Metacircularity applies to interpreters built on interpreters, not compilers. I can agree that it makes things opaque though, because it reuses the existing platform rather than fully implementing it. A self-hosted compiler, even if written in its own language, could be fully comprehensible, however (depending on the quality of the code...). It's just a program that takes syntax and produces binary.

Interestingly, while writing this, I ran across the following paper, which may be of some interest: Avoiding confusion in metacircularity: The meta-helix (Chiba et al.) (https://pdfs.semanticscholar.org/4319/37e467eb9a516628d47888...) I'll read more of it tomorrow, and possibly make a separate post for it.

I do think it would be really cool and possibly also useful if every compiler was self-hosted, and could be drilled into as part of the debugging process. It would mean that you could read the code, since it would be written in the language you are currently using, and the same debugger should be able to handle it.

---

"But like all software today it's not really intended for end-users to look at the source code"

I haven't actually looked at picolisp's source much myself, but what would it take to satisfy your desires for "end-user" readable code?

-----

2 points by akkartik 2873 days ago | link

Very interesting. I'm going to read that paper as well. And think about what you said about the difference between interpreting and compiling.

> what would it take to satisfy your desires for "end-user" readable code?

See code running. My big rant is that while it's possible to read static code on a screen and imagine it running, it's a very painful process to build up that muscle. And you have to build it from scratch for every new program and problem domain.
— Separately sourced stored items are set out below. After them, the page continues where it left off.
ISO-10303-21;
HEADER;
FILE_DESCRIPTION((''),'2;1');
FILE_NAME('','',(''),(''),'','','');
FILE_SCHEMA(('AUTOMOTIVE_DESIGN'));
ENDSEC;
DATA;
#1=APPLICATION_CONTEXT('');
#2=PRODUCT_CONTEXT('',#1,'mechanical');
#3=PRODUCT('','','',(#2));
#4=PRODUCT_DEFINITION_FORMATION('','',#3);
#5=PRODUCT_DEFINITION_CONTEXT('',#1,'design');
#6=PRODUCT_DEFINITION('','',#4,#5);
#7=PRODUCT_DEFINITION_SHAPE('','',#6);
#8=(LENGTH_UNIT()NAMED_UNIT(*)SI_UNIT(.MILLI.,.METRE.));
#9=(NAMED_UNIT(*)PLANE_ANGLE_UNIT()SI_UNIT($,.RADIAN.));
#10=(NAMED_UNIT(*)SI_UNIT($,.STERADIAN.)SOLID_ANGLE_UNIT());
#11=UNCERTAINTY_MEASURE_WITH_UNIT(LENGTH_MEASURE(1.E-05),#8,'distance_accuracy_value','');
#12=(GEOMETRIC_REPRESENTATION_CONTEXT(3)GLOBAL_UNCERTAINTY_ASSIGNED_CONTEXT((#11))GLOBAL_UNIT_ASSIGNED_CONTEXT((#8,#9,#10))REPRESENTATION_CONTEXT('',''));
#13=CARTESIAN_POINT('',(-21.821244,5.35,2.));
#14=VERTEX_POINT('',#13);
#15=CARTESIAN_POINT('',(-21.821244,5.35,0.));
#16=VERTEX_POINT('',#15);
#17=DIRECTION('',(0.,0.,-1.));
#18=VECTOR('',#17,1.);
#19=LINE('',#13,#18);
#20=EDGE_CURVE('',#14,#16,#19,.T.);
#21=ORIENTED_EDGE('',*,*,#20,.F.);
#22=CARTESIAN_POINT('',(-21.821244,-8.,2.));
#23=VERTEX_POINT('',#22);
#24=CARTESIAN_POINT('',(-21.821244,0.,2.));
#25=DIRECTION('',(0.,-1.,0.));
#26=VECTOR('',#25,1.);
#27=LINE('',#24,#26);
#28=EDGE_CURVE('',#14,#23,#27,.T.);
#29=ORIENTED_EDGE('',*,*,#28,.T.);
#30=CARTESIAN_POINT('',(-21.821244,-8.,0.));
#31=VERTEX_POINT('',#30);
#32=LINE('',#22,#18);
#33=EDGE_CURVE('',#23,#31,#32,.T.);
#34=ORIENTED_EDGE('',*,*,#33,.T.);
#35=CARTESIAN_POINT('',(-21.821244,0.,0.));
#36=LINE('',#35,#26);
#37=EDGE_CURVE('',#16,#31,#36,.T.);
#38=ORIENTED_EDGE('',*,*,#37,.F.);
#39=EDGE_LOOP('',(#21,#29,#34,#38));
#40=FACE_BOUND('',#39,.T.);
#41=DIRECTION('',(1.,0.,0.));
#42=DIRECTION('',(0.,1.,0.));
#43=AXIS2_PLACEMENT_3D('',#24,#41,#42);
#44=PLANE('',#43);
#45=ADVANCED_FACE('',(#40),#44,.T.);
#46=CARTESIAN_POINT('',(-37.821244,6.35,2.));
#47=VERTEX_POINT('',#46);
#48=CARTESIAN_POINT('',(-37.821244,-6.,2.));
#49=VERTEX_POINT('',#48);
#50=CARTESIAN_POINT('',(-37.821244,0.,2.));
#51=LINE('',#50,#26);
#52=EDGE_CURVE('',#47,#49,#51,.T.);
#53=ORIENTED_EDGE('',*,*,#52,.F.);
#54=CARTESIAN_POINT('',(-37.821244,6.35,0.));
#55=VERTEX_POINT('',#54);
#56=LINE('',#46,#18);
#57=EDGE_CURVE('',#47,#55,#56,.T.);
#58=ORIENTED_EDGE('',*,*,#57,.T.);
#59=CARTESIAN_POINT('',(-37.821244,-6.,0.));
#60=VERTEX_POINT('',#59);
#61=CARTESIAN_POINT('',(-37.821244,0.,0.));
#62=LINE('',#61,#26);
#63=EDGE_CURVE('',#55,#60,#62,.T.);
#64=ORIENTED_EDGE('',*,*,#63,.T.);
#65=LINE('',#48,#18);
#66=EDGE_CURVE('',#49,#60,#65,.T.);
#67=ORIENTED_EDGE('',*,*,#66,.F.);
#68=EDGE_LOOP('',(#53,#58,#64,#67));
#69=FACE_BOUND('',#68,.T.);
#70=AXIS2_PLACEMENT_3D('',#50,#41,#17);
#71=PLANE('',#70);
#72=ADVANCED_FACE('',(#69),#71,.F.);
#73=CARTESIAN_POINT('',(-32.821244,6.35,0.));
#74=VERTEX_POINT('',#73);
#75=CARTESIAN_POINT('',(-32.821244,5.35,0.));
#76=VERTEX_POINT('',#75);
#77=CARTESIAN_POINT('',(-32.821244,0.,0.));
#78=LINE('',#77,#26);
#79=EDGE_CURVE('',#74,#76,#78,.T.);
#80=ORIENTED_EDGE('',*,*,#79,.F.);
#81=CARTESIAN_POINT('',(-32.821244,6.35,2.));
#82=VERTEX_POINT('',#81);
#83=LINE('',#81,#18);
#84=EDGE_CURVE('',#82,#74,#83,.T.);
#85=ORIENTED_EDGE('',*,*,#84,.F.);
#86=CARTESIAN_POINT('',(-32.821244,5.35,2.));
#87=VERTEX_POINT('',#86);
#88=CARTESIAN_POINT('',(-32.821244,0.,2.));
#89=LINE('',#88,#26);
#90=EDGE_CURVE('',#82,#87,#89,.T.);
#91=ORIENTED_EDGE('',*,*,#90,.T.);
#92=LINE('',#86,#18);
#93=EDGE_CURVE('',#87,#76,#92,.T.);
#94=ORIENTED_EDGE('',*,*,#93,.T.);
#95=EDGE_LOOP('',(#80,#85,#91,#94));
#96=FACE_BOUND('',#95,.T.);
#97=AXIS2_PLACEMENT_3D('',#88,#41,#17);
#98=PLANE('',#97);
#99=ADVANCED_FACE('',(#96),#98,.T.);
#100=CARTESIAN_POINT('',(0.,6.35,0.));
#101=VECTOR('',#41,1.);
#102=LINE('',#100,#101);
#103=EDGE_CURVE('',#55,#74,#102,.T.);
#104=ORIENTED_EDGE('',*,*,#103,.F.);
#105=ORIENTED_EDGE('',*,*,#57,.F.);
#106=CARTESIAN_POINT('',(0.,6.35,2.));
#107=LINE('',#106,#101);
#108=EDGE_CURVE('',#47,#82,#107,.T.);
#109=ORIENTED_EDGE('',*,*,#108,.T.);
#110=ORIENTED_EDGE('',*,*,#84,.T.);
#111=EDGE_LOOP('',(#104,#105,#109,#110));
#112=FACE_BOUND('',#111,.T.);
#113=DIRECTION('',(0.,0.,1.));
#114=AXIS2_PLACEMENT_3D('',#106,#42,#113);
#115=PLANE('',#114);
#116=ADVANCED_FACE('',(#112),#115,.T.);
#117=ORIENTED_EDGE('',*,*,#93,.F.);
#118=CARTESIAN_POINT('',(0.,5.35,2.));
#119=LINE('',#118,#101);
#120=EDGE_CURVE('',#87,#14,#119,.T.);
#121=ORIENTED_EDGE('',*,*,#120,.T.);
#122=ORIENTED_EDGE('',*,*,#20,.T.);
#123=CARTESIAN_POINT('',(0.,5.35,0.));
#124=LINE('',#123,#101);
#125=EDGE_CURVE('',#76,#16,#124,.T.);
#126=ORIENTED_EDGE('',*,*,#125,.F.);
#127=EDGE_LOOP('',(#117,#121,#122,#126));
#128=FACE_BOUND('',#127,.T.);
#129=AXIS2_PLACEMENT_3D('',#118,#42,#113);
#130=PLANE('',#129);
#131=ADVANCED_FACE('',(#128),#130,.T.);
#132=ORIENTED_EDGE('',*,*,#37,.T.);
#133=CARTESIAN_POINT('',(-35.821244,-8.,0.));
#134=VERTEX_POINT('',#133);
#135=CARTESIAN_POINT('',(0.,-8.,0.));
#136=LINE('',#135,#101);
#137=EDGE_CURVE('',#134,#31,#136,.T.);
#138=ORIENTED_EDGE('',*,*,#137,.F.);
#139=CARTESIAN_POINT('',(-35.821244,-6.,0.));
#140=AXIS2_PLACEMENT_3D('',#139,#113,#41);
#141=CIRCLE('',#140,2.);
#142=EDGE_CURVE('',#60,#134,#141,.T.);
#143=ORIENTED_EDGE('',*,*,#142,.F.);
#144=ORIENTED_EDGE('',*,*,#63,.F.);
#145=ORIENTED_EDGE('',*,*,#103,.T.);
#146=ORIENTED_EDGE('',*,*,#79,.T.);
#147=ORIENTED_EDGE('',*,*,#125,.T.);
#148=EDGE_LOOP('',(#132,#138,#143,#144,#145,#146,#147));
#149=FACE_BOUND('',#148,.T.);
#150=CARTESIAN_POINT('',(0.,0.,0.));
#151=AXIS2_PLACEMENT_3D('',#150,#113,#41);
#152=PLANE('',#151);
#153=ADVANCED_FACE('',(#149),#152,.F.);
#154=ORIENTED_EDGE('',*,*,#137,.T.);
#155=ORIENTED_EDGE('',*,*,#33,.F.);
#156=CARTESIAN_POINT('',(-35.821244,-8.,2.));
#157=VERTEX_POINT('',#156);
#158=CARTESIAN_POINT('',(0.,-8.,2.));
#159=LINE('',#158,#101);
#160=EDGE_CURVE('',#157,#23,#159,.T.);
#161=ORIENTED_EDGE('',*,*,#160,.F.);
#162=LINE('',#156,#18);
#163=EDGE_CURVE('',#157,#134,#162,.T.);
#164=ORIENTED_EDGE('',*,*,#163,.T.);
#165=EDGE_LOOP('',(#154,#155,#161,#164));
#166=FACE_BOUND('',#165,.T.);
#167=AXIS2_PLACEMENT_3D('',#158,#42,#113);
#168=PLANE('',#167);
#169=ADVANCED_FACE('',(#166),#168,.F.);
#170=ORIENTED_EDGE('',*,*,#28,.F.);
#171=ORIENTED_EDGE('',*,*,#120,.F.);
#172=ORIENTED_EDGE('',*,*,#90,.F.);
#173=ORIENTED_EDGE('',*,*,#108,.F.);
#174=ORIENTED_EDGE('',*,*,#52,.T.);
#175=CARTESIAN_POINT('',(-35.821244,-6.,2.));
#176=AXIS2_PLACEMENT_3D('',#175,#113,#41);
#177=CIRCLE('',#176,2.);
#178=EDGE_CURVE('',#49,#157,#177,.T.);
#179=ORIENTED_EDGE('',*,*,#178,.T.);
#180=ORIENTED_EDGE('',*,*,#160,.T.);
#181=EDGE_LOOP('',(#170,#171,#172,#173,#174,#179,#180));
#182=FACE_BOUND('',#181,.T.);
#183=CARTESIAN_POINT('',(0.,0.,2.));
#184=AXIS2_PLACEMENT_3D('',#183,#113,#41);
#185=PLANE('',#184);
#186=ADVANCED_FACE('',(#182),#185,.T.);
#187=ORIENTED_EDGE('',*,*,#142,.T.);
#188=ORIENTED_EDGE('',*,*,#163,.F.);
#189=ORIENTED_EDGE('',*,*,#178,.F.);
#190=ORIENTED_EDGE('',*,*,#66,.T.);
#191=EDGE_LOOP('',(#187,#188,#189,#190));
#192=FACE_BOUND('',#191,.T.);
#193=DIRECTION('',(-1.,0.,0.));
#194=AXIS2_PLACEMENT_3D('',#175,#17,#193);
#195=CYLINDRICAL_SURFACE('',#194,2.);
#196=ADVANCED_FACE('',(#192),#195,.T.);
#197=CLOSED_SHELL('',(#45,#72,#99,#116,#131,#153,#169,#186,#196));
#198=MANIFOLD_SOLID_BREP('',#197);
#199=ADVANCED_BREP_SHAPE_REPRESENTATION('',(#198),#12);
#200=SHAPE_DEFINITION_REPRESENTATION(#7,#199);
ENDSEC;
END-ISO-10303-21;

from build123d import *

# Parameters (mm, degrees)
BOSS_EXTRUDE1_DEPTH = 2


with BuildPart() as part:
    # Sketch1 → Boss-Extrude1 (new body)
    with BuildSketch(Plane.XY):
        with BuildLine():
            Line((-37.821244, 0.214456948), (-37.821244, 0))
            Line((-37.821244, 0), (-37.821244, -6))
            ThreePointArc((-37.821244, -6), (-37.235457562, -7.414213562), (-35.821244, -8))
            Line((-35.821244, -8), (-21.821244, -8))
            Line((-21.821244, -8), (-21.821244, 5.35))
            Line((-21.821244, 5.35), (-32.821244, 5.35))
            Line((-32.821244, 5.35), (-32.821244, 6.35))
            Line((-32.821244, 6.35), (-37.821244, 6.35))
            Line((-37.821244, 6.35), (-37.821244, 4))
            Line((-37.821244, 4), (-37.821244, 1))
            Line((-37.821244, 1), (-37.821244, 0.587709258))
            Line((-37.821244, 0.587709258), (-37.821244, 0.214456948))
        make_face()
    extrude(amount=BOSS_EXTRUDE1_DEPTH)


solid = part.part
And even after you build this muscle you screw up every once in a while and fail to imagine some scenario, thereby causing regressions. So to help people understand its inner workings, code should be easy to see running. In increasing order of difficulty:

a) It should be utterly trivial to build from source. Dependencies kill you here. If you try to install library version x and the system has library version y -- boom! If you want to use a library, really the only way to absolutely guarantee it won't cause problems is to bundle it with your program, suitably isolated and namespaced so it doesn't collide with a system installation of the same library.

b) It should be obvious how to run it. Provide example commands.

c) There should be lots and lots of example runs for subsets of the codebase. Automated tests are great for this. My approach to Literate Programming also helps, by making it easy to run subsets of a program without advanced features: http://akkartik.name/post/wart-layers. https://travis-ci.org/akkartik/mu runs not just a single binary, but dozens of binaries, gradually adding features from nothing in a pseudo-autobiographical fashion, recapitulating some approximation of its git history. In this way I guarantee that my readers (both of them) can run any part of the program by building just the parts it needs. That then lets them experiment with it more rigorously without including unnecessary variables and moving parts.